Mientras tanto, las noticias continuaban y, entre la perorata del locutor, mi amigo y yo comenzamos a percibir poco a poco palabras familiares y a reconocer nombres propios, nombres por los que ya temíamos a causa de otros acontecimientos recientes de los que la prensa internacional daba cuenta desde hacía algunas semanas, aunque diferentes y harto distantes en la geografía.
La voz era clara y no dejaba duda:…“La Moneda”…”Santiago”…”Allende”...…”Allende”…”Allende”…
La madre del niño, quien desde el asiento de atrás había escuchado nuestro breve diálogo, rompió súbitamente el silencio de los pasajeros y dijo en perfecto castellano, dirigiéndose a nosotros con voz quebrada y acento inconfundible:
  ---Saben ustedes lo que esta pasando en Chile…?
Era una judía chilena, emigrada recientemente y fervorosa partidaria del presidente socialista de su patria materna.

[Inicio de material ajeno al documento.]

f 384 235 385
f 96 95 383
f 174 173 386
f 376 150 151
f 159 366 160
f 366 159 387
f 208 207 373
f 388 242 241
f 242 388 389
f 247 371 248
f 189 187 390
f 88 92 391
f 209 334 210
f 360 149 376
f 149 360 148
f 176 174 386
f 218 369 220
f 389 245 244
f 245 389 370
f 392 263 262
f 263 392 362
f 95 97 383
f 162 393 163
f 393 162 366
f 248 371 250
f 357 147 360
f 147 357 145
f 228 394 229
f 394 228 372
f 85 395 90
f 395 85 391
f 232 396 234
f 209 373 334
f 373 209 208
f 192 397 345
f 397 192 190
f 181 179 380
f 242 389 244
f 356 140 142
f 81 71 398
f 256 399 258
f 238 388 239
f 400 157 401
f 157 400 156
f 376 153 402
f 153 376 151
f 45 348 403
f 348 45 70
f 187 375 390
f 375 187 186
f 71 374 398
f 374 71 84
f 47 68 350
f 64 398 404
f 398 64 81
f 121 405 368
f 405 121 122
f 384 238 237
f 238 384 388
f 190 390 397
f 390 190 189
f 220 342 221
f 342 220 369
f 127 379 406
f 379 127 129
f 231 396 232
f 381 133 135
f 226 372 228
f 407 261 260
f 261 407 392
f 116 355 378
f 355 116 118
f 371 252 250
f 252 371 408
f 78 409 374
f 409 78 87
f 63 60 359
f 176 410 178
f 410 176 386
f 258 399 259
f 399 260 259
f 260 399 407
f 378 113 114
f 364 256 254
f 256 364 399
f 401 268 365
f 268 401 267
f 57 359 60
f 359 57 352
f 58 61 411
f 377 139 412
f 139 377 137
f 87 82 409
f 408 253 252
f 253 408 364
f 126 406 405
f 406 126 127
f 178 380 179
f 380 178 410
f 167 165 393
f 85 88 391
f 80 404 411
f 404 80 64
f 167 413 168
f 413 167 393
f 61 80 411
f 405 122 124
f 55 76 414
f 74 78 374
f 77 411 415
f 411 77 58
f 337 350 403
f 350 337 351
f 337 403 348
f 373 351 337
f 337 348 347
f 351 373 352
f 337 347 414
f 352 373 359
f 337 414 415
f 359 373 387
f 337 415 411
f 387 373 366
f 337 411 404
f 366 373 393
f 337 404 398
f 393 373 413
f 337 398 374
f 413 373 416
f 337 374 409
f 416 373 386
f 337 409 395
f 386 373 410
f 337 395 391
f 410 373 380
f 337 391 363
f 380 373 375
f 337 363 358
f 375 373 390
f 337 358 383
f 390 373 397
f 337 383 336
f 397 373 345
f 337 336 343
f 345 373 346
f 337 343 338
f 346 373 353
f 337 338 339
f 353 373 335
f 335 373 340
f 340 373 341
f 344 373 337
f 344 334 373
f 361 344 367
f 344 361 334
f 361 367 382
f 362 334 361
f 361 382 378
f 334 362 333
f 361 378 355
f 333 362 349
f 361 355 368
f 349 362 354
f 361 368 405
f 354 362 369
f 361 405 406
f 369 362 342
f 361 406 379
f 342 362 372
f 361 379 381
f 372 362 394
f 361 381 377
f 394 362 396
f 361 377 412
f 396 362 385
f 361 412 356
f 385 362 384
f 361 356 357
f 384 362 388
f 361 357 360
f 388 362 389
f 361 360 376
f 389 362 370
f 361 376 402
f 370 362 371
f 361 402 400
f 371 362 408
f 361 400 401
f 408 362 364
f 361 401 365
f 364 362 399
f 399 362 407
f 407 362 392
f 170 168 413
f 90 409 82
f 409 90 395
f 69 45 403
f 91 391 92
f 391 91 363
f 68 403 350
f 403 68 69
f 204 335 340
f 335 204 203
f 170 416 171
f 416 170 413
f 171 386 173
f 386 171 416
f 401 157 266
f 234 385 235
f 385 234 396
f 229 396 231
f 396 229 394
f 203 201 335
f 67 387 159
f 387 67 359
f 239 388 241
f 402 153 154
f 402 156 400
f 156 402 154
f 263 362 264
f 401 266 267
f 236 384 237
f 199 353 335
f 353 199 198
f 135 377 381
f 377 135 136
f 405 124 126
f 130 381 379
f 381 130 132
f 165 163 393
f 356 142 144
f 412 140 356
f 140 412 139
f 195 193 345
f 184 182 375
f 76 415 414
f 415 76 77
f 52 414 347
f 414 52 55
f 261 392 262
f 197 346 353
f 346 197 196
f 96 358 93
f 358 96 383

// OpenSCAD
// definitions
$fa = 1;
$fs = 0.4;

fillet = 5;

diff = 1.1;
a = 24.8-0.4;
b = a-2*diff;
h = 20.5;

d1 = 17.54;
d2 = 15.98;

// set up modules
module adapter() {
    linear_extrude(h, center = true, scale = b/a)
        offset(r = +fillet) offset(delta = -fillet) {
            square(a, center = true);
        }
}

Enseguida nos lo explicó todo con detalles y con la misma tesitura trágica del locutor israelí.
Aquella noche, luego de llegar al centro de Tel-Aviv y de tomar el autobús 503 que me dejó cerca de casa en Herzliyya, no pude despegarme de la radio, escuchando la cobertura noticiosa del golpe militar a través de la BBC hasta que empezaron a cantar los gallos del Kibutz vecino. Entonces, con un nudo en la garganta, me puse a preparar café. Era la madrugada del 12 de Septiembre de 1973.

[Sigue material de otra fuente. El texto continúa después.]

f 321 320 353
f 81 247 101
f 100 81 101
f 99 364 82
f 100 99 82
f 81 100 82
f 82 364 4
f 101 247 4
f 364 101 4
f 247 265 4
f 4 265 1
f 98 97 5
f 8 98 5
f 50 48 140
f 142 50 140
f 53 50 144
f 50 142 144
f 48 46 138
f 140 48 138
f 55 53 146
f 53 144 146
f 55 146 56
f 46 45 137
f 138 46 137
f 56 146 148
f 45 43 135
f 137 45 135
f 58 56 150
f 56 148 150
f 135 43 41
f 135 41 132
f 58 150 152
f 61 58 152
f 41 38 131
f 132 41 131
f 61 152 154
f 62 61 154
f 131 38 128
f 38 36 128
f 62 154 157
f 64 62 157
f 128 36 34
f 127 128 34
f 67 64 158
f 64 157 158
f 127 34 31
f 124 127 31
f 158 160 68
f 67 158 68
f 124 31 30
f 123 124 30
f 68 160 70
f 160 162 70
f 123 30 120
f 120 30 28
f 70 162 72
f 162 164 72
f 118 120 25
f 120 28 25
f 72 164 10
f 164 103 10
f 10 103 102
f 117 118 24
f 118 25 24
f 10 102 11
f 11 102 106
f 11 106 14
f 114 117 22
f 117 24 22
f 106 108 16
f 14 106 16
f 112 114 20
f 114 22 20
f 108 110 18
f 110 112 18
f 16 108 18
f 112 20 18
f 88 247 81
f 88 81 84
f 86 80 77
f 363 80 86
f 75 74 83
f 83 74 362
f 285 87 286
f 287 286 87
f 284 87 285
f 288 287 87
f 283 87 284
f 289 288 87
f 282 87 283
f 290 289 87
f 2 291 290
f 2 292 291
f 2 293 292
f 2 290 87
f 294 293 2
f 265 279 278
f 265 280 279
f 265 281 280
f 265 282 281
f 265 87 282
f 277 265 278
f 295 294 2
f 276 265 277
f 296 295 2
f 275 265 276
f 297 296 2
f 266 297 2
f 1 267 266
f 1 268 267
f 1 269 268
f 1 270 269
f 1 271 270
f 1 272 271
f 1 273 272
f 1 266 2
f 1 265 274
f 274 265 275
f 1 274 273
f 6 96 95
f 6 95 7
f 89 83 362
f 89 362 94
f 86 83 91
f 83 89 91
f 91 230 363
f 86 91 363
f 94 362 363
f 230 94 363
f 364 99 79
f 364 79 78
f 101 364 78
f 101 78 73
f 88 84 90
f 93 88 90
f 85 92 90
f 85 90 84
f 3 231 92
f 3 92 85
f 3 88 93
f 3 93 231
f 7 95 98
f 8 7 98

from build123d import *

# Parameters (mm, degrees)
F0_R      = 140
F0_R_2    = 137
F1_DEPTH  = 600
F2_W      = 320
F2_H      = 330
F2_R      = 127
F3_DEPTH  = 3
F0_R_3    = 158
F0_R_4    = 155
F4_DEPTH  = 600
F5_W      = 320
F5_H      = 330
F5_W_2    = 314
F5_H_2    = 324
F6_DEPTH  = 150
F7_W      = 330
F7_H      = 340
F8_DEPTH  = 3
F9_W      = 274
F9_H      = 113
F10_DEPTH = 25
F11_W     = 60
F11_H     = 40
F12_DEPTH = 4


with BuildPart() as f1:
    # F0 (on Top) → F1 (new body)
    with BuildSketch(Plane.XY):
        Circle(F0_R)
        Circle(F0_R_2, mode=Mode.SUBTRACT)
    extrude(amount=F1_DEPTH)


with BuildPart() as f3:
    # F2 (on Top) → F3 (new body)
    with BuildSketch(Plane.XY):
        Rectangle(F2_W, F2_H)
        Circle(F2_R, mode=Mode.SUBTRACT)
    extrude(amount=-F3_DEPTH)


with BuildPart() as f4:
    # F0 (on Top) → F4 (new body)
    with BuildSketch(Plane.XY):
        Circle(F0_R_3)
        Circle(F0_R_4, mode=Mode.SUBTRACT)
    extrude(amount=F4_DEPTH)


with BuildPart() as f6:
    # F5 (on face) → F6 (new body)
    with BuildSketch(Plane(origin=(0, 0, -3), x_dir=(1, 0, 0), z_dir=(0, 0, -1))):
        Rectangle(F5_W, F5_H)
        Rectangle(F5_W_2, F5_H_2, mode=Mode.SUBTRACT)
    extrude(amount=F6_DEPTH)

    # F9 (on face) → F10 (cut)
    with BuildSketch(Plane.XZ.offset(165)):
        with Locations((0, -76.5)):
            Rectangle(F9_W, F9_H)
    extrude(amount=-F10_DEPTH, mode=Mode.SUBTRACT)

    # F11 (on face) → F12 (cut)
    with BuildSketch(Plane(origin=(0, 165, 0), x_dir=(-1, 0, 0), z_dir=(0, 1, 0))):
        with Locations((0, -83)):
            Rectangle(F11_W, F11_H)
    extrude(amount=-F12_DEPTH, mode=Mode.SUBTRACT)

Muy lejos de Israel, en Santiago de Chile, la tarde se ahogaba de terror; Salvador Allende había sido traicionado, depuesto y asesinado y el Palacio de la Moneda ardía en llamas tras un intenso bombardeo.
La historia contaba ya con una nueva herida abierta.
Y la nube ominosa que se cernía sobre Israel y que a muchos nos marcó también para siempre, no reventó en sangre sino hasta veinticuatro días mas tarde: el 6 de octubre, el día del perdón, el más sagrado del calendario judío, el Yom Kippur.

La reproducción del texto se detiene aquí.